My experience was that in practice all that mapped-out world of most social mu*s was largely ignored by players; they'd all end up in a few gathering spots, or in private spaces disconnected from the main map, open only to their owners and people they teleported in.
MUDs are a low-tech version of what I'm describing. It relies on other people being available and generally leverages the usual tropes with repetitive killing-based gameplay.
LLMs are limited today, but one day they may be able to provide the well-paced narrative you're talking about. The LLM would be a skilled fiction writer that would introduce interesting events as I explore the world.
If I decide to go to a bar and talk to random strangers, it could give me interesting life stories to listen without any action. But, suddenly, a mysterious man walks in, gives me a sealed envelope and departs without saying a word... What is in the envelope?
You can do this with regard to a MUD too, but typically out of character
and not every MUD would allow OOC chatting within the game world, as that
is disruptive to those players who seek immersion.

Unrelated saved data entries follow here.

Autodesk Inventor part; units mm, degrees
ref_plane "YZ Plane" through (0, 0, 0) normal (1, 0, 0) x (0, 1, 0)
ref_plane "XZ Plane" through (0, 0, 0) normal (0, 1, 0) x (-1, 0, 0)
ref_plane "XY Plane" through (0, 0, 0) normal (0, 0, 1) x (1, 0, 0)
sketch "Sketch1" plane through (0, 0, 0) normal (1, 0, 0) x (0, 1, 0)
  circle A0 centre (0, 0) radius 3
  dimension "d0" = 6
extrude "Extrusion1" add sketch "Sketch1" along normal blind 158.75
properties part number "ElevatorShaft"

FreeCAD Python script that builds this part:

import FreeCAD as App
import Part
import Sketcher
from FreeCAD import Vector
Q = App.Units.Quantity

doc = App.newDocument("Part")
body = doc.addObject("PartDesign::Body", "Body")

# Sketch on YZ plane
sketch1 = body.newObject("Sketcher::SketchObject", "Sketch")
sketch1.AttachmentSupport = (doc.getObject("YZ_Plane"), [""])
sketch1.MapMode = "FlatFace"
sketch1.addGeometry(Part.Circle(Vector(0, 0, 0), Vector(0, 0, 1), 3), False)
sketch1.addConstraint([
    Sketcher.Constraint("Coincident", 0, 3, -1, 1),
    Sketcher.Constraint("Diameter", 0, Q("6 mm")),
])
pad1 = body.newObject("PartDesign::Pad", "Pad")
pad1.Profile = sketch1
pad1.Length = 158.75

doc.recompute()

It seems to me as if you may not have found a good roleplaying MUD back when
you played MUDs. You may be missing out on that experience. I retired from
playing MUDs about 11 years ago permanently, but the in-world roleplay was
the only thing that was interesting to me since it was the creation of a
unique storyline potentially involving many other playercharacters.

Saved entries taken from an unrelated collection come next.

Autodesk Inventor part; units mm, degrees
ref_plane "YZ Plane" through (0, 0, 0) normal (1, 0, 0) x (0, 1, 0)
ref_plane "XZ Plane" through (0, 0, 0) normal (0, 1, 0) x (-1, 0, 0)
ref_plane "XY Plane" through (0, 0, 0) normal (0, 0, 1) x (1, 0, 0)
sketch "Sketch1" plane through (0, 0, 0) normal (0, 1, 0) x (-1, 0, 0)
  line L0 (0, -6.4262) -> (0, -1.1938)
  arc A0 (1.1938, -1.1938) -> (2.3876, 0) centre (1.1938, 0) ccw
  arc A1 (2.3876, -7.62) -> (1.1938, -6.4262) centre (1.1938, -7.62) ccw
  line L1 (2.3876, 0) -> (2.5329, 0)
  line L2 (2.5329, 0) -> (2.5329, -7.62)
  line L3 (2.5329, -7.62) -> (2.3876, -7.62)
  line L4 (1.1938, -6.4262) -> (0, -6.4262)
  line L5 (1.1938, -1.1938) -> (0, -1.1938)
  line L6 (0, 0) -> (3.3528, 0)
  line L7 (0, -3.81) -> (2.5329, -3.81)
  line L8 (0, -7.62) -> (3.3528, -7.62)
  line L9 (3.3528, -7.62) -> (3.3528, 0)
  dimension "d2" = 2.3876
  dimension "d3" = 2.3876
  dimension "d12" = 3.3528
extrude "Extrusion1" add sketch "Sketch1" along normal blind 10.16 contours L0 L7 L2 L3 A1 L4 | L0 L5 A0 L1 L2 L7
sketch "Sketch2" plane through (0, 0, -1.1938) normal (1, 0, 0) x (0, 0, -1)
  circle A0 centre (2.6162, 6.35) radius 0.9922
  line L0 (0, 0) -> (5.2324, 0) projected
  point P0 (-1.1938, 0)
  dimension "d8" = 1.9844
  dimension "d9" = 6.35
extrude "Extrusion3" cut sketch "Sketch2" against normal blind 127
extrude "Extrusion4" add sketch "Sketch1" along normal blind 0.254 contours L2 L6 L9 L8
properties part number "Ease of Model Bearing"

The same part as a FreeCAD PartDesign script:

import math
import FreeCAD as App
import Part
import Sketcher
from FreeCAD import Vector
Q = App.Units.Quantity

doc = App.newDocument("Part")
body = doc.addObject("PartDesign::Body", "Body")

sketch1 = body.newObject("Sketcher::SketchObject", "Sketch")
sketch1.AttachmentSupport = (doc.getObject("XZ_Plane"), [""])
sketch1.MapMode = "FlatFace"
sketch1.addGeometry([
    Part.LineSegment(Vector(0, -6.4262, 0), Vector(-1.1938, -6.4262, 0)),
    Part.ArcOfCircle(Part.Circle(Vector(-1.1938, -7.62, 0), Vector(0, 0, 1), 1.1938), math.radians(90), math.radians(180)),
    Part.LineSegment(Vector(-2.3876, -7.62, 0), Vector(-2.5329, -7.62, 0)),
    Part.LineSegment(Vector(-2.5329, -7.62, 0), Vector(-2.5329, 0, 0)),
    Part.LineSegment(Vector(-2.5329, 0, 0), Vector(-2.3876, 0, 0)),
    Part.ArcOfCircle(Part.Circle(Vector(-1.1938, 0, 0), Vector(0, 0, 1), 1.1938), math.radians(180), math.radians(270)),
    Part.LineSegment(Vector(-1.1938, -1.1938, 0), Vector(0, -1.1938, 0)),
    Part.LineSegment(Vector(0, -1.1938, 0), Vector(0, -6.4262, 0)),
], False)
sketch1.addConstraint([
    Sketcher.Constraint("Tangent", 0, 2, 1, 1),
    Sketcher.Constraint("Coincident", 1, 2, 2, 1),
    Sketcher.Constraint("Coincident", 2, 2, 3, 1),
    Sketcher.Constraint("Coincident", 3, 2, 4, 1),
    Sketcher.Constraint("Coincident", 4, 2, 5, 1),
    Sketcher.Constraint("Tangent", 5, 2, 6, 1),
    Sketcher.Constraint("Coincident", 6, 2, 7, 1),
    Sketcher.Constraint("Coincident", 7, 2, 0, 1),
    Sketcher.Constraint("Horizontal", 0),
    Sketcher.Constraint("Horizontal", 2),
    Sketcher.Constraint("Vertical", 3),
    Sketcher.Constraint("Horizontal", 4),
    Sketcher.Constraint("Horizontal", 6),
    Sketcher.Constraint("Vertical", 7),
    Sketcher.Constraint("Equal", 1, 5),
    Sketcher.Constraint("PointOnObject", 5, 3, -1),
    Sketcher.Constraint("PointOnObject", 3, 2, -1),
    Sketcher.Constraint("PointOnObject", 6, 2, -2),
    Sketcher.Constraint("Vertical", 1, 3, 5, 3),
    Sketcher.Constraint("Radius", 1, Q("0.047 in")),
    Sketcher.Constraint("DistanceY", 3, 1, 3, 2, Q("0.3 in")),
    Sketcher.Constraint("DistanceX", 1, 2, -1, 1, Q("0.094 in")),
    Sketcher.Constraint("DistanceY", 1, 3, -1, 1, Q("0.3 in")),
    Sketcher.Constraint("DistanceX", 2, 2, 2, 1, 0.1453),
])
pad1 = body.newObject("PartDesign::Pad", "Pad")
pad1.Profile = sketch1
pad1.Length = Q("0.4 in")
pad1.Reversed = True

sketch2 = body.newObject("Sketcher::SketchObject", "Sketch001")
sketch2.AttachmentSupport = (doc.getObject("YZ_Plane"), [""])
sketch2.MapMode = "FlatFace"
sketch2.addGeometry(Part.Circle(Vector(6.35, -3.81, 0), Vector(0, 0, 1), 0.9922), False)
sketch2.addConstraint([
    Sketcher.Constraint("Diameter", 0, Q("0.078126 in")),
    Sketcher.Constraint("DistanceX", -1, 1, 0, 3, Q("0.25 in")),
    Sketcher.Constraint("DistanceY", 0, 3, -1, 1, Q("0.15 in")),
])
pocket1 = body.newObject("PartDesign::Pocket", "Pocket")
pocket1.Profile = sketch2
pocket1.Length = Q("5 in")

sketch3 = body.newObject("Sketcher::SketchObject", "Sketch002")
sketch3.AttachmentSupport = (doc.getObject("XZ_Plane"), [""])
sketch3.MapMode = "FlatFace"
sketch3.addGeometry([
    Part.LineSegment(Vector(-2.5329, 0, 0), Vector(-2.5329, -7.62, 0)),
    Part.LineSegment(Vector(-2.5329, -7.62, 0), Vector(-3.3528, -7.62, 0)),
    Part.LineSegment(Vector(-3.3528, -7.62, 0), Vector(-3.3528, 0, 0)),
    Part.LineSegment(Vector(-3.3528, 0, 0), Vector(-2.5329, 0, 0)),
], False)
sketch3.addConstraint([
    Sketcher.Constraint("Coincident", 0, 2, 1, 1),
    Sketcher.Constraint("Coincident", 1, 2, 2, 1),
    Sketcher.Constraint("Coincident", 2, 2, 3, 1),
    Sketcher.Constraint("Coincident", 3, 2, 0, 1),
    Sketcher.Constraint("Vertical", 0),
    Sketcher.Constraint("Horizontal", 1),
    Sketcher.Constraint("Vertical", 2),
    Sketcher.Constraint("Horizontal", 3),
    Sketcher.Constraint("PointOnObject", 2, 2, -1),
    Sketcher.Constraint("DistanceY", 0, 2, 0, 1, Q("0.3 in")),
    Sketcher.Constraint("DistanceX", 1, 2, -1, 1, Q("0.132 in")),
    Sketcher.Constraint("DistanceX", 1, 2, 1, 1, 0.82),
])
pad2 = body.newObject("PartDesign::Pad", "Pad001")
pad2.Profile = sketch3
pad2.Length = Q("0.01 in")
pad2.Reversed = True

doc.recompute()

I think I just don't really vibe with roleplaying in realtime with other humans, to be honest. I grew up trying to play tabletop RPGs (my dad was a DM and used D&D mechanics as a way to make storytime more engaging), but while I really enjoyed making up characters, I never had much fun actually doing a campaign.
The thing I love about computer games is that I can go through them at my own pace, pause whenever I like, hang around looking at a cool visual, go back to an old save and try something different, whatever. Multiplayer takes all that freedom away because everything has to progress on somebody else's timetable, which isn't as fun for me. Nowadays being expected to perform on a time limit just reminds me of work, which is the last thing I want when I'm playing a game.

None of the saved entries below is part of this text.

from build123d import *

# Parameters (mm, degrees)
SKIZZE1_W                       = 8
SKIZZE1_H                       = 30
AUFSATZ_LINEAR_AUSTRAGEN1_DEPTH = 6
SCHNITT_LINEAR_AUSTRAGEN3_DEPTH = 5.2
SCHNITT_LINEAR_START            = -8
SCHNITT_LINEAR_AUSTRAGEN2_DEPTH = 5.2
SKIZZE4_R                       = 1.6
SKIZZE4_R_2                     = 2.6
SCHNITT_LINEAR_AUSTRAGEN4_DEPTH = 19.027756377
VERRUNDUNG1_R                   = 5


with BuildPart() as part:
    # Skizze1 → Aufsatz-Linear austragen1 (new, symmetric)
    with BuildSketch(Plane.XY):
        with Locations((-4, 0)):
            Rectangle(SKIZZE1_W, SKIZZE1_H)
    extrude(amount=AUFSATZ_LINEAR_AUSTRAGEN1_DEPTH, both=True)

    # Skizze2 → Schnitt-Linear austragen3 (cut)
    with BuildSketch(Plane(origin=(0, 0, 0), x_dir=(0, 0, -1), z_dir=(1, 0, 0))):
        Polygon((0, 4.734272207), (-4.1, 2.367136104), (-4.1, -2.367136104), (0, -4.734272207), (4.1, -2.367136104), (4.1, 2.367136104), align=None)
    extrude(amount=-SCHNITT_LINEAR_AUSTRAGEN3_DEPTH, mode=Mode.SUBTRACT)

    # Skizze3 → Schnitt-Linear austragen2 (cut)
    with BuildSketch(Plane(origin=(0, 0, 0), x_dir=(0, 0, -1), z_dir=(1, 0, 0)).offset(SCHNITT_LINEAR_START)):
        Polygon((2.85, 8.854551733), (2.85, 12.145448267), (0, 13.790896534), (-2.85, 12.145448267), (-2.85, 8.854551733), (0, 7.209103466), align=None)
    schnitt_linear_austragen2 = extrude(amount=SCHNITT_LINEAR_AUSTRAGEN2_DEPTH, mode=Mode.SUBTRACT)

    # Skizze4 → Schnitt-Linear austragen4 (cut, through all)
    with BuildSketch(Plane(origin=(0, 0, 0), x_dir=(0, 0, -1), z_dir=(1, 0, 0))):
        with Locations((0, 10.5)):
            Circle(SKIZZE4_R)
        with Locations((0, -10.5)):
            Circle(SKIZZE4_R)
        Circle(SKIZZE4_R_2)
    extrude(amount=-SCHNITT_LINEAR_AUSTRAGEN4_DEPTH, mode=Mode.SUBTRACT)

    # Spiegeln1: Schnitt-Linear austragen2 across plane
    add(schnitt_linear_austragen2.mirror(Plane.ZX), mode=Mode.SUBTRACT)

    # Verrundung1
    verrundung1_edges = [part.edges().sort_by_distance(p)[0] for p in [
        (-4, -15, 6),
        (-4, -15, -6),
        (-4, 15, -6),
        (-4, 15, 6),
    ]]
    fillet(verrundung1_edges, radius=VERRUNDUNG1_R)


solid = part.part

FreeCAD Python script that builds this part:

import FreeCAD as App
import Part
import Sketcher
from FreeCAD import Vector
Q = App.Units.Quantity


def edges_at(feature, points):
    """Names of the edges that pass closest to the given points."""
    edges = feature.Shape.Edges
    near = lambda p: min(range(len(edges)), key=lambda i: edges[i].distToShape(Part.Vertex(*p))[0])
    return sorted({f"Edge{near(p) + 1}" for p in points})

doc = App.newDocument("Part")
body = doc.addObject("PartDesign::Body", "Body")

# Sketch on XY plane
sketch1 = body.newObject("Sketcher::SketchObject", "Sketch")
sketch1.AttachmentSupport = (doc.getObject("XY_Plane"), [""])
sketch1.MapMode = "FlatFace"
sketch1.addGeometry([
    Part.LineSegment(Vector(-8, 15, 0), Vector(-8, -15, 0)),
    Part.LineSegment(Vector(-8, -15, 0), Vector(0, -15, 0)),
    Part.LineSegment(Vector(0, -15, 0), Vector(0, 15, 0)),
    Part.LineSegment(Vector(0, 15, 0), Vector(-8, 15, 0)),
], False)
sketch1.addConstraint([
    Sketcher.Constraint("Coincident", 0, 2, 1, 1),
    Sketcher.Constraint("Coincident", 1, 2, 2, 1),
    Sketcher.Constraint("Coincident", 2, 2, 3, 1),
    Sketcher.Constraint("Coincident", 3, 2, 0, 1),
    Sketcher.Constraint("Vertical", 0),
    Sketcher.Constraint("Horizontal", 1),
    Sketcher.Constraint("Vertical", 2),
    Sketcher.Constraint("Horizontal", 3),
    Sketcher.Constraint("Symmetric", 1, 2, 2, 2, -1, 1),
    Sketcher.Constraint("DistanceX", 1, 1, 1, 2, Q("8 mm")),
    Sketcher.Constraint("DistanceY", 0, 2, 0, 1, Q("30 mm")),
])
pad1 = body.newObject("PartDesign::Pad", "Pad")
pad1.Profile = sketch1
pad1.Length = 12
pad1.Midplane = True

# Sketch on YZ plane
sketch2 = body.newObject("Sketcher::SketchObject", "Sketch001")
sketch2.AttachmentSupport = (doc.getObject("YZ_Plane"), [""])
sketch2.MapMode = "FlatFace"
sketch2.addGeometry([
    Part.LineSegment(Vector(4.7, 0, 0), Vector(2.4, 4.1, 0)),  # 0
    Part.LineSegment(Vector(2.4, 4.1, 0), Vector(-2.4, 4.1, 0)),  # 1
    Part.LineSegment(Vector(-2.4, 4.1, 0), Vector(-4.7, 0, 0)),  # 2
    Part.LineSegment(Vector(-4.7, 0, 0), Vector(-2.4, -4.1, 0)),  # 3
    Part.LineSegment(Vector(-2.4, -4.1, 0), Vector(2.4, -4.1, 0)),  # 4
    Part.LineSegment(Vector(2.4, -4.1, 0), Vector(4.7, 0, 0)),  # 5
], False)
sketch2.addConstraint([
    Sketcher.Constraint("Coincident", 0, 2, 1, 1),
    Sketcher.Constraint("Coincident", 1, 2, 2, 1),
    Sketcher.Constraint("Coincident", 2, 2, 3, 1),
    Sketcher.Constraint("Coincident", 3, 2, 4, 1),
    Sketcher.Constraint("Coincident", 4, 2, 5, 1),
    Sketcher.Constraint("Coincident", 5, 2, 0, 1),
    Sketcher.Constraint("Horizontal", 1),
    Sketcher.Constraint("Horizontal", 4),
    Sketcher.Constraint("Symmetric", 0, 2, 3, 2, -1, 1),
    Sketcher.Constraint("Symmetric", 2, 2, 5, 2, -1, 1),
    Sketcher.Constraint("PointOnObject", 2, 2, -1),
    Sketcher.Constraint("Parallel", 2, 5),
    Sketcher.Constraint("Vertical", 1, 2, 3, 2),
    Sketcher.Constraint("Angle", 0, Q("120 deg")),
    Sketcher.Constraint("DistanceY", -1, 1, 0, 2, Q("4.1 mm")),
    Sketcher.Constraint("DistanceX", 1, 2, 1, 1, Q("4.734272 mm")),
])
pocket1 = body.newObject("PartDesign::Pocket", "Pocket")
pocket1.Profile = sketch2
pocket1.Length = 5.2

# Sketch on YZ plane
sketch3 = body.newObject("Sketcher::SketchObject", "Sketch002")
sketch3.AttachmentSupport = (doc.getObject("YZ_Plane"), [""])
sketch3.MapMode = "FlatFace"
sketch3.AttachmentOffset = App.Placement(Vector(0, 0, -8), App.Rotation())
sketch3.addGeometry([
    Part.LineSegment(Vector(8.9, -2.9, 0), Vector(12.1, -2.9, 0)),  # 0
    Part.LineSegment(Vector(12.1, -2.9, 0), Vector(13.8, 0, 0)),  # 1
    Part.LineSegment(Vector(13.8, 0, 0), Vector(12.1, 2.9, 0)),  # 2
    Part.LineSegment(Vector(12.1, 2.9, 0), Vector(8.9, 2.9, 0)),  # 3
    Part.LineSegment(Vector(8.9, 2.9, 0), Vector(7.2, 0, 0)),  # 4
    Part.LineSegment(Vector(7.2, 0, 0), Vector(8.9, -2.9, 0)),  # 5
], False)
sketch3.addConstraint([
    Sketcher.Constraint("Coincident", 0, 2, 1, 1),
    Sketcher.Constraint("Coincident", 1, 2, 2, 1),
    Sketcher.Constraint("Coincident", 2, 2, 3, 1),
    Sketcher.Constraint("Coincident", 3, 2, 4, 1),
    Sketcher.Constraint("Coincident", 4, 2, 5, 1),
    Sketcher.Constraint("Coincident", 5, 2, 0, 1),
    Sketcher.Constraint("Horizontal", 0),
    Sketcher.Constraint("Horizontal", 3),
    Sketcher.Constraint("Symmetric", 0, 2, 2, 2, -1),
    Sketcher.Constraint("PointOnObject", 1, 2, -1),
    Sketcher.Constraint("PointOnObject", 4, 2, -1),
    Sketcher.Constraint("Parallel", 1, 4),
    Sketcher.Constraint("Parallel", 2, 5),
    Sketcher.Constraint("Angle", 1, Q("60 deg")),
    Sketcher.Constraint("DistanceY", 0, 2, 2, 2, Q("5.7 mm")),
    Sketcher.Constraint("DistanceX", 0, 1, 0, 2, Q("3.290897 mm")),
    Sketcher.Constraint("DistanceX", -1, 1, 0, 2, Q("12.145448 mm")),
])
pocket2 = body.newObject("PartDesign::Pocket", "Pocket001")
pocket2.Profile = sketch3
pocket2.Length = 5.2
pocket2.Reversed = True

# Sketch on YZ plane
sketch4 = body.newObject("Sketcher::SketchObject", "Sketch003")
sketch4.AttachmentSupport = (doc.getObject("YZ_Plane"), [""])
sketch4.MapMode = "FlatFace"
sketch4.addGeometry([
    Part.Circle(Vector(10.5, 0, 0), Vector(0, 0, 1), 1.6),
    Part.Circle(Vector(-10.5, 0, 0), Vector(0, 0, 1), 1.6),
    Part.Circle(Vector(0, 0, 0), Vector(0, 0, 1), 2.6),
], False)
sketch4.addConstraint([
    Sketcher.Constraint("Coincident", 2, 3, -1, 1),
    Sketcher.Constraint("Equal", 0, 1),
    Sketcher.Constraint("Symmetric", 0, 3, 1, 3, -1, 1),
    Sketcher.Constraint("PointOnObject", 0, 3, -1),
    Sketcher.Constraint("Diameter", 0, Q("3.2 mm")),
    Sketcher.Constraint("Diameter", 2, Q("5.2 mm")),
    Sketcher.Constraint("DistanceX", 1, 3, 0, 3, Q("21 mm")),
])
pocket3 = body.newObject("PartDesign::Pocket", "Pocket002")
pocket3.Profile = sketch4
pocket3.Type = "ThroughAll"
doc.recompute()

mirrored = body.newObject("PartDesign::Mirrored", "Mirrored")
mirrored.Originals = [pocket2]
mirrored.MirrorPlane = (doc.getObject("XZ_Plane"), [""])
body.Tip = mirrored
doc.recompute()

fillet = body.newObject("PartDesign::Fillet", "Fillet")
fillet.Base = (mirrored, edges_at(mirrored, [
    (-4, -15, 6),
    (-4, -15, -6),
    (-4, 15, -6),
    (-4, 15, 6),
]))
fillet.Radius = 5

doc.recompute()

It is my understanding that muds (and all the flavors of Mush in particular) can sort-of do it, by letting players create their own story through roleplay, supported by an extremely open (and often player-modifiable) world, as well as good admins / GMs.
That is more like "computer tabletop", however, and doesn't scale beyond a small number of players.
You're on to something. I tried this too, a few months ago, with offline Ollama/Magistral on Mac. "You're a dungeonmaster for a single player adventure game, with me as the player..."
It lost track of things almost immediately. But the foundation was there.
Maybe if we had a MUD-tuned model...
If it has an approximate way to track state, and a "pre-caching" method where it can internally generate an entire town all at once, room by room, so hallucinations are rarer... actually starts to sound like a traditional DM's method of world building for a campaign.
I've never played Avalon but it looks like a better text adventure. I'm not talking about hardcoded or randomized worlds, but truly reactive worlds.
In my experiment with ChatGPT, I was walking around in a museum (that was the scenario) and decided to flirt with a woman who happened to be there. The flirting was something I decided to do on the spot with no prompting from the AI. The woman had just been part of the room description up to that point. But it reacted to this new situation in a semi-realistic way, essentially creating a new "adventure" on the spot. I met her on the next day, brought a gift (and so did she), but then it started hallucinating... :(
It did for a long time, but depending on busy friends makes it so I can't play this whenever I want. My "dream" game is a single-player game I can play as many times I want without having to rely on others.